## WORK TO BE COMPLETED
Return the lines of the data below exactly. Start at the first and end with the line containing "42.36732, 0)), False)".

## PROVIDED INFORMATION
*** Block opens ***
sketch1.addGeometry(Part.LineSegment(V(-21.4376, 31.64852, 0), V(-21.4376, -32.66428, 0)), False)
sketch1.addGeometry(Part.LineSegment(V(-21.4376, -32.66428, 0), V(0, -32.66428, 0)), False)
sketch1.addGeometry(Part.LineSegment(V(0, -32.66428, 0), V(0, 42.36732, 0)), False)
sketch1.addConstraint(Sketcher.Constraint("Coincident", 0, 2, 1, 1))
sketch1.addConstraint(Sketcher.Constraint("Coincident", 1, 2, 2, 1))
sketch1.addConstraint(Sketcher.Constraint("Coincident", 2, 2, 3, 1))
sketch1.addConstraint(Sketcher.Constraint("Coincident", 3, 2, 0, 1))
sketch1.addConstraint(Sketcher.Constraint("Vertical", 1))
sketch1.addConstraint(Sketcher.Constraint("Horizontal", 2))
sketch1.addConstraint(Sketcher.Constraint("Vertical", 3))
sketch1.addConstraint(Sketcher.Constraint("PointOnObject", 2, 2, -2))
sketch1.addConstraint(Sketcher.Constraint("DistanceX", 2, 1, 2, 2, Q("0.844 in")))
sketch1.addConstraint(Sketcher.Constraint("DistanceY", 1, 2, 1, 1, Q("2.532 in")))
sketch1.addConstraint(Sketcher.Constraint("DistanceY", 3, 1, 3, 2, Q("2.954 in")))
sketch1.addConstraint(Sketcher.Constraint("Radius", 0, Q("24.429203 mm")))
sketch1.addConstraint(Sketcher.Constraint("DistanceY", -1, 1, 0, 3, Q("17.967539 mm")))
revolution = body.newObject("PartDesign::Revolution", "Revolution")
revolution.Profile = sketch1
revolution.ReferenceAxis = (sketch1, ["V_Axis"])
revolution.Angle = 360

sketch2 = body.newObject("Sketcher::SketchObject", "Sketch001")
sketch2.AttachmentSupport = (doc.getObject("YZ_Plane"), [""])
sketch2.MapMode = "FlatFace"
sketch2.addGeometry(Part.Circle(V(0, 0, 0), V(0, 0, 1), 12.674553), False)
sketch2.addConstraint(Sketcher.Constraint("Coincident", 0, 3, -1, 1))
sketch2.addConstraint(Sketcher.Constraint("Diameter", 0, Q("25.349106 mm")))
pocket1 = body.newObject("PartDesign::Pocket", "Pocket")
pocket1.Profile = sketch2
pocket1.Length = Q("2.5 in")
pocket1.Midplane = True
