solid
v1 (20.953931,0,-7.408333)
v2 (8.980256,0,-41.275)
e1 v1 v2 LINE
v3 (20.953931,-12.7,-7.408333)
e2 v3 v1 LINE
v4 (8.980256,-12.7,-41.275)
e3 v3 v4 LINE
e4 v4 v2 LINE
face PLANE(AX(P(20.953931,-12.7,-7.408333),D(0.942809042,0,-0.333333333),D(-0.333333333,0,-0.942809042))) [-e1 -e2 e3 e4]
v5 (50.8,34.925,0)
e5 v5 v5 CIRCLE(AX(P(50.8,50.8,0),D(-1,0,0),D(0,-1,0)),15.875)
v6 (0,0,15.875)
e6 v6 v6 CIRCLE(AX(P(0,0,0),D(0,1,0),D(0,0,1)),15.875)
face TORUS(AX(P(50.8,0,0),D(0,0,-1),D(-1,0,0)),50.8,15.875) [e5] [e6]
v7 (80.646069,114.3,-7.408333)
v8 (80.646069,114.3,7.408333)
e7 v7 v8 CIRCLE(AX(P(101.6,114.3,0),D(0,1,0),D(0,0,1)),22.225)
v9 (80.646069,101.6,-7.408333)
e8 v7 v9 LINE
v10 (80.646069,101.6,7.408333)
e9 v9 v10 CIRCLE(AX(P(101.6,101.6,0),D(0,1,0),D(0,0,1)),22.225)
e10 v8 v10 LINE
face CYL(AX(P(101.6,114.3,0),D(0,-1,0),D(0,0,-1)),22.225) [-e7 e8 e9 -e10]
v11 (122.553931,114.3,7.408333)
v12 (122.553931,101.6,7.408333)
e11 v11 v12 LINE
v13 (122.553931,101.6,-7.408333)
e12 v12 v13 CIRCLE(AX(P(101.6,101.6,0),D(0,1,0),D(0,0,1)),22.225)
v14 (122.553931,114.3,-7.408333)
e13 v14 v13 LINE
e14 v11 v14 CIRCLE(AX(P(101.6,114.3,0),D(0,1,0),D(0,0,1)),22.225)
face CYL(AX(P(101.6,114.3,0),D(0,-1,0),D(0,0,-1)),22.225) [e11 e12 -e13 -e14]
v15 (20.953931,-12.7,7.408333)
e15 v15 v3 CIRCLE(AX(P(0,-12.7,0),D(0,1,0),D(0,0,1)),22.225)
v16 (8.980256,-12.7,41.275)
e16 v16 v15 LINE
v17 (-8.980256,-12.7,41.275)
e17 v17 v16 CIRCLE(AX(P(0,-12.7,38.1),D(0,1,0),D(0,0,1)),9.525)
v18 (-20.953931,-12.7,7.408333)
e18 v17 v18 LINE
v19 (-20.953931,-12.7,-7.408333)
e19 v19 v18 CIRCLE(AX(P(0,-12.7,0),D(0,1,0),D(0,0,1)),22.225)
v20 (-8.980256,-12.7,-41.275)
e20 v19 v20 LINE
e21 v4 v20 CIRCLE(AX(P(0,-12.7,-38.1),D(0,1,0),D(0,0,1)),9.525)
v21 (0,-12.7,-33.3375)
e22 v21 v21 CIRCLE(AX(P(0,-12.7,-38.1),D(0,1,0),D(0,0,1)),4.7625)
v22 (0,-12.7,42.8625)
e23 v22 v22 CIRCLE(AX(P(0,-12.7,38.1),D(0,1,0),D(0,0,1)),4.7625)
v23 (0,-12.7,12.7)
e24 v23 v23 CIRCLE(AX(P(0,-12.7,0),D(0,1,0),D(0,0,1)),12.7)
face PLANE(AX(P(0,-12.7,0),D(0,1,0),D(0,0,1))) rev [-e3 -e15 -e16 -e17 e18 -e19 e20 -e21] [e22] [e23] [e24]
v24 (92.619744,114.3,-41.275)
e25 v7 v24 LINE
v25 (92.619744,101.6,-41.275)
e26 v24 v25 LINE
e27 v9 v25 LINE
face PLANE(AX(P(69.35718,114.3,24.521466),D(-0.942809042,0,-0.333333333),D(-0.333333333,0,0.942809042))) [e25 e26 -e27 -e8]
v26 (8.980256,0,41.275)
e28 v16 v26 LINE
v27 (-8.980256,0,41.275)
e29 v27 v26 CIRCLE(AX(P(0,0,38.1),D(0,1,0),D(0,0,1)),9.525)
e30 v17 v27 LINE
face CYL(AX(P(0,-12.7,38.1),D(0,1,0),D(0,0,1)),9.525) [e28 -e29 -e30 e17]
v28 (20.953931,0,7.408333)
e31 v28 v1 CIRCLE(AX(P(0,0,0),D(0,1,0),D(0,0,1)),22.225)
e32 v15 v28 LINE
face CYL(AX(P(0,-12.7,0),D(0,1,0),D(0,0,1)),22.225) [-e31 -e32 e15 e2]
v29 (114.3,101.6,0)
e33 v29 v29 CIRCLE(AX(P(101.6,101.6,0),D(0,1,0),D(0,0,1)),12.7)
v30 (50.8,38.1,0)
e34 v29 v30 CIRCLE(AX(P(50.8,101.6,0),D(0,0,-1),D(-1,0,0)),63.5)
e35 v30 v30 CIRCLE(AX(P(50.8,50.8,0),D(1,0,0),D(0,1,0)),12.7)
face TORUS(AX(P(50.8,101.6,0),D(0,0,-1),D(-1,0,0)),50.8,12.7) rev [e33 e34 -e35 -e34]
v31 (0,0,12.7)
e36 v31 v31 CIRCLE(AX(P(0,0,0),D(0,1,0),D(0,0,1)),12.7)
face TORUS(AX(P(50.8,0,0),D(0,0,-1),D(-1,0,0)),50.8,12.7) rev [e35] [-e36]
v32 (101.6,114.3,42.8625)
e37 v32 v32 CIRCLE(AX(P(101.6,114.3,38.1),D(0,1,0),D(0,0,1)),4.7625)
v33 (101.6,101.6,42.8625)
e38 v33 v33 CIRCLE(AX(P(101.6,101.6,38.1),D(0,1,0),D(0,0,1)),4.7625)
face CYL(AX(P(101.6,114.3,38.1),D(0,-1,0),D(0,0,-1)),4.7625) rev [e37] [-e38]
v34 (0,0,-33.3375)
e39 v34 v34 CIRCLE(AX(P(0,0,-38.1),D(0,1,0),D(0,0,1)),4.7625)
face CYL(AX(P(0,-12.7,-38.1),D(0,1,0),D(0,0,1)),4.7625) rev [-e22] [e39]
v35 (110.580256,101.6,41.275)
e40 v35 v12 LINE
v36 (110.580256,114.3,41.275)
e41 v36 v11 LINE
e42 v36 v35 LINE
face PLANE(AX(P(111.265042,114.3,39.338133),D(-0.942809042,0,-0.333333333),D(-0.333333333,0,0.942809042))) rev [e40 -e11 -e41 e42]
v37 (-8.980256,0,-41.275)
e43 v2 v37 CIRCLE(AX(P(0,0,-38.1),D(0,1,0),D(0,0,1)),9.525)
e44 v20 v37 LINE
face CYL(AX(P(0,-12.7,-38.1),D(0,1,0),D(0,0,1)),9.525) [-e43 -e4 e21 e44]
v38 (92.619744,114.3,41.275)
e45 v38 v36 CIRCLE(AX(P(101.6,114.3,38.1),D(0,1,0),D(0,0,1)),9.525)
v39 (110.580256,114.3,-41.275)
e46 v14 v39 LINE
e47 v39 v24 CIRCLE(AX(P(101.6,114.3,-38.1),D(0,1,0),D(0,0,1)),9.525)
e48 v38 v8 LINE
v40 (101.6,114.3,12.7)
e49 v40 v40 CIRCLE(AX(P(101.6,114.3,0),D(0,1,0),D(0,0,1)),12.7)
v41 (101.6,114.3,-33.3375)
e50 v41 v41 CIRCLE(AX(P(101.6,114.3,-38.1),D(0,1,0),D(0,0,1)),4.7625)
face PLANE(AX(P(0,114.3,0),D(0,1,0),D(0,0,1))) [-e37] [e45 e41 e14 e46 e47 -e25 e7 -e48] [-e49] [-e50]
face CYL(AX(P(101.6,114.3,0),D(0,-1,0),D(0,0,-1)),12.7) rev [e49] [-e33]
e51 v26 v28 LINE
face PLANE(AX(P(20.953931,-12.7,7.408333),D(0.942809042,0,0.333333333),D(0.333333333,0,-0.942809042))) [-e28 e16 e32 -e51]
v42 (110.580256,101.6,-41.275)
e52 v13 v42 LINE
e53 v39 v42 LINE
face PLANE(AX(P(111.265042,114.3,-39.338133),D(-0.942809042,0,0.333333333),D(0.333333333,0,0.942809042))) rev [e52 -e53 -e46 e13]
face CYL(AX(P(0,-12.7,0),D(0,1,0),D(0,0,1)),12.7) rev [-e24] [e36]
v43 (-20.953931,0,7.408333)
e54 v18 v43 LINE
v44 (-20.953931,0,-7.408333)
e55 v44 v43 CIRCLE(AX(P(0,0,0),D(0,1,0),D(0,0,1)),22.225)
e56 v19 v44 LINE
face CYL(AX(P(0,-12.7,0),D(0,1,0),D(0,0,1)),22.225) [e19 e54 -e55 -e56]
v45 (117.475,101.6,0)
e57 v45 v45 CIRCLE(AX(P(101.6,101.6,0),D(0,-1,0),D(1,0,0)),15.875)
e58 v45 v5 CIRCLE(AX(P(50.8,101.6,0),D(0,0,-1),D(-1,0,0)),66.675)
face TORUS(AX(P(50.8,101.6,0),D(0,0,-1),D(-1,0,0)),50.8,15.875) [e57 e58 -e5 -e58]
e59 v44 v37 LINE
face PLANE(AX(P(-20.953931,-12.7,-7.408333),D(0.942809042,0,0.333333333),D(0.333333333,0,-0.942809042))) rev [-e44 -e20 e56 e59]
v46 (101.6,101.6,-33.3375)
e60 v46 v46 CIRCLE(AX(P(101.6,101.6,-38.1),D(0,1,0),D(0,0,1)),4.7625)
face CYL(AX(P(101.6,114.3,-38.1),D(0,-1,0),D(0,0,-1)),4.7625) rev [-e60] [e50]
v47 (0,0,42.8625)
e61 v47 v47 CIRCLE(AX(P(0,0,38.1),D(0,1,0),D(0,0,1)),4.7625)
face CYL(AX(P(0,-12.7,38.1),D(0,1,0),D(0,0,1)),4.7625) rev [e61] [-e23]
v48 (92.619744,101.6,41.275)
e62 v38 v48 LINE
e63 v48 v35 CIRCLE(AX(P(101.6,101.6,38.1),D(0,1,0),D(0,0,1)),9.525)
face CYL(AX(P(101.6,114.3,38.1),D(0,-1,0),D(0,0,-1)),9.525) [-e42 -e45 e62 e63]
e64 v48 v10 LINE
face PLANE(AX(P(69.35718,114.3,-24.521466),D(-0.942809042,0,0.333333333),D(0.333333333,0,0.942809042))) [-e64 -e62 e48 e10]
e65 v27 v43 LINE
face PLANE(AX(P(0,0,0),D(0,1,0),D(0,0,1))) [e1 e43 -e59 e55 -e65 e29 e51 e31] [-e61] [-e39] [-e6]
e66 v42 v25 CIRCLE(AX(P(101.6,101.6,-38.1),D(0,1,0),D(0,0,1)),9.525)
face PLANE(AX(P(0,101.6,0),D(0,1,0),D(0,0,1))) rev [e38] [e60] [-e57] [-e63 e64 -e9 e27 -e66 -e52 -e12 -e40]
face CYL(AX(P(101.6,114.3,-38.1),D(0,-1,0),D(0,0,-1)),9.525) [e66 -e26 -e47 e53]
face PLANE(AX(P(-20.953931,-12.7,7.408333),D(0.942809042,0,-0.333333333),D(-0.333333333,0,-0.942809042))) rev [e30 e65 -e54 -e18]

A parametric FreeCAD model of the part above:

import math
import FreeCAD as App
import Part
import Sketcher

V = App.Vector
Q = App.Units.Quantity

doc = App.newDocument("Part")
body = doc.addObject("PartDesign::Body", "Body")

# Sketch on XZ plane
sketch1 = body.newObject("Sketcher::SketchObject", "Sketch")
sketch1.AttachmentSupport = (doc.getObject("XZ_Plane"), [""])
sketch1.MapMode = "FlatFace"
sketch1.addGeometry([
    Part.LineSegment(V(-9, -41.3, 0), V(-21, -7.4, 0)),  # 0
    Part.ArcOfCircle(Part.Circle(V(0, 0, 0), V(0, 0, 1), 22.2), math.radians(161), math.radians(199)),  # 1
    Part.LineSegment(V(-21, 7.4, 0), V(-9, 41.3, 0)),  # 2
    Part.ArcOfCircle(Part.Circle(V(0, 38.1, 0), V(0, 0, 1), 9.5), math.radians(19), math.radians(161)),  # 3
    Part.LineSegment(V(9, 41.3, 0), V(21, 7.4, 0)),  # 4
    Part.ArcOfCircle(Part.Circle(V(0, 0, 0), V(0, 0, 1), 22.2), math.radians(-19), math.radians(19)),  # 5
    Part.LineSegment(V(21, -7.4, 0), V(9, -41.3, 0)),  # 6
    Part.ArcOfCircle(Part.Circle(V(0, -38.1, 0), V(0, 0, 1), 9.5), math.radians(-161), math.radians(-19)),  # 7
    Part.Circle(V(0, 38.1, 0), V(0, 0, 1), 4.8),  # 8
    Part.Circle(V(0, -38.1, 0), V(0, 0, 1), 4.8),  # 9
    Part.Circle(V(0, 0, 0), V(0, 0, 1), 12.7),  # 10
], False)
sketch1.addConstraint([
    Sketcher.Constraint("Tangent", 0, 2, 1, 2),
    Sketcher.Constraint("Tangent", 1, 1, 2, 1),
    Sketcher.Constraint("Tangent", 2, 2, 3, 2),
    Sketcher.Constraint("Tangent", 3, 1, 4, 1),
    Sketcher.Constraint("Tangent", 4, 2, 5, 2),
    Sketcher.Constraint("Tangent", 5, 1, 6, 1),
    Sketcher.Constraint("Tangent", 6, 2, 7, 2),
    Sketcher.Constraint("Tangent", 7, 1, 0, 1),
    Sketcher.Constraint("Coincident", 1, 3, -1, 1),
    Sketcher.Constraint("Coincident", 5, 3, -1, 1),
    Sketcher.Constraint("Coincident", 10, 3, -1, 1),
    Sketcher.Constraint("Coincident", 8, 3, 3, 3),
    Sketcher.Constraint("Coincident", 9, 3, 7, 3),
    Sketcher.Constraint("Equal", 1, 5),
    Sketcher.Constraint("Equal", 3, 7),
    Sketcher.Constraint("Equal", 8, 9),
    Sketcher.Constraint("Symmetric", 3, 3, 7, 3, -1, 1),
    Sketcher.Constraint("PointOnObject", 3, 3, -2),
    Sketcher.Constraint("Diameter", 10, Q("1 in")),
    Sketcher.Constraint("Diameter", 8, Q("0.375 in")),
    Sketcher.Constraint("Radius", 1, Q("0.875 in")),
    Sketcher.Constraint("Radius", 3, Q("0.375 in")),
    Sketcher.Constraint("DistanceY", 7, 3, 3, 3, Q("3 in")),
])
pad1 = body.newObject("PartDesign::Pad", "Pad")
pad1.Profile = sketch1
pad1.Length = Q("0.5 in")

# Sketch on XZ plane
sketch2 = body.newObject("Sketcher::SketchObject", "Sketch001")
sketch2.AttachmentSupport = (doc.getObject("XZ_Plane"), [""])
sketch2.MapMode = "FlatFace"
sketch2.addGeometry([
    Part.Circle(V(0, 0, 0), V(0, 0, 1), 16),
    Part.Circle(V(0, 0, 0), V(0, 0, 1), 13),
], False)
sketch2.addConstraint([
    Sketcher.Constraint("Coincident", 0, 3, -1, 1),
    Sketcher.Constraint("Coincident", 1, 3, -1, 1),
    Sketcher.Constraint("Diameter", 1, Q("1 in")),
    Sketcher.Constraint("Diameter", 0, Q("1.25 in")),
])

# Sketch on XY plane
sketch3 = body.newObject("Sketcher::SketchObject", "Sketch002")
sketch3.AttachmentSupport = (doc.getObject("XY_Plane"), [""])
sketch3.MapMode = "FlatFace"
sketch3.addGeometry(Part.ArcOfCircle(Part.Circle(V(51, 0, 0), V(0, 0, 1), 51), math.radians(90), math.radians(180)), False)
sketch3.addConstraint([
    Sketcher.Constraint("Coincident", 0, 2, -1, 1),
    Sketcher.Constraint("PointOnObject", 0, 3, -1),
    Sketcher.Constraint("Radius", 0, Q("2 in")),
    Sketcher.Constraint("DistanceX", -1, 1, 0, 1, Q("2 in")),
])
doc.recompute()
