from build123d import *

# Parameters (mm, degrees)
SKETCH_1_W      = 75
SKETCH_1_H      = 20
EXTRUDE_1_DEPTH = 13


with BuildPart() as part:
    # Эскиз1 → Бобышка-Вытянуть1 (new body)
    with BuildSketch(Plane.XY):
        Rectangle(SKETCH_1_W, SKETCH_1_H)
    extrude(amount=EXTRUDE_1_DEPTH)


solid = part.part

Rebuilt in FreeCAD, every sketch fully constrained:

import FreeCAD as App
import Part
import Sketcher
from FreeCAD import Vector


def add_polygon(sketch, points):
    """Adds a closed chain of lines whose ends are joined by coincident constraints."""
    first, n = sketch.GeometryCount, len(points)
    for a, b in zip(points, points[1:] + points[:1]):
        sketch.addGeometry(Part.LineSegment(App.Vector(*a, 0), App.Vector(*b, 0)), False)
    for i in range(n):
        sketch.addConstraint(Sketcher.Constraint("Coincident", first + i, 2, first + (i + 1) % n, 1))

doc = App.newDocument("Part")
body = doc.addObject("PartDesign::Body", "Body")

# Sketch on XY plane
sketch1 = doc.addObject("Sketcher::SketchObject", "Sketch")
body.addObject(sketch1)
sketch1.AttachmentSupport = (doc.XY_Plane, [""])
sketch1.MapMode = "FlatFace"
add_polygon(sketch1, [(-37.5, 10), (-37.5, -10), (37.5, -10), (37.5, 10)])  # lines 0-3
sketch1.addConstraint([
    Sketcher.Constraint("Vertical", 0),
    Sketcher.Constraint("Horizontal", 1),
    Sketcher.Constraint("Vertical", 2),
    Sketcher.Constraint("Horizontal", 3),
    Sketcher.Constraint("Symmetric", 0, 2, 2, 2, -1, 1),
    Sketcher.Constraint("DistanceX", 1, 1, 1, 2, 75.0),
    Sketcher.Constraint("DistanceY", 0, 2, 0, 1, 20.0),
])
pad1 = doc.addObject("PartDesign::Pad", "Pad")
body.addObject(pad1)
pad1.Profile = sketch1
pad1.Length = 13

doc.recompute()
*** Block closes ***
## TASK ANSWER
sketch1.addGeometry(Part.LineSegment(V(-21.4376, 31.64852, 0), V(-21.4376, -32.66428, 0)), False)
sketch1.addGeometry(Part.LineSegment(V(-21.4376, -32.66428, 0), V(0, -32.66428, 0)), False)
sketch1.addGeometry(Part.LineSegment(V(0, -32.66428, 0), V(0, 42.36732, 0)), False)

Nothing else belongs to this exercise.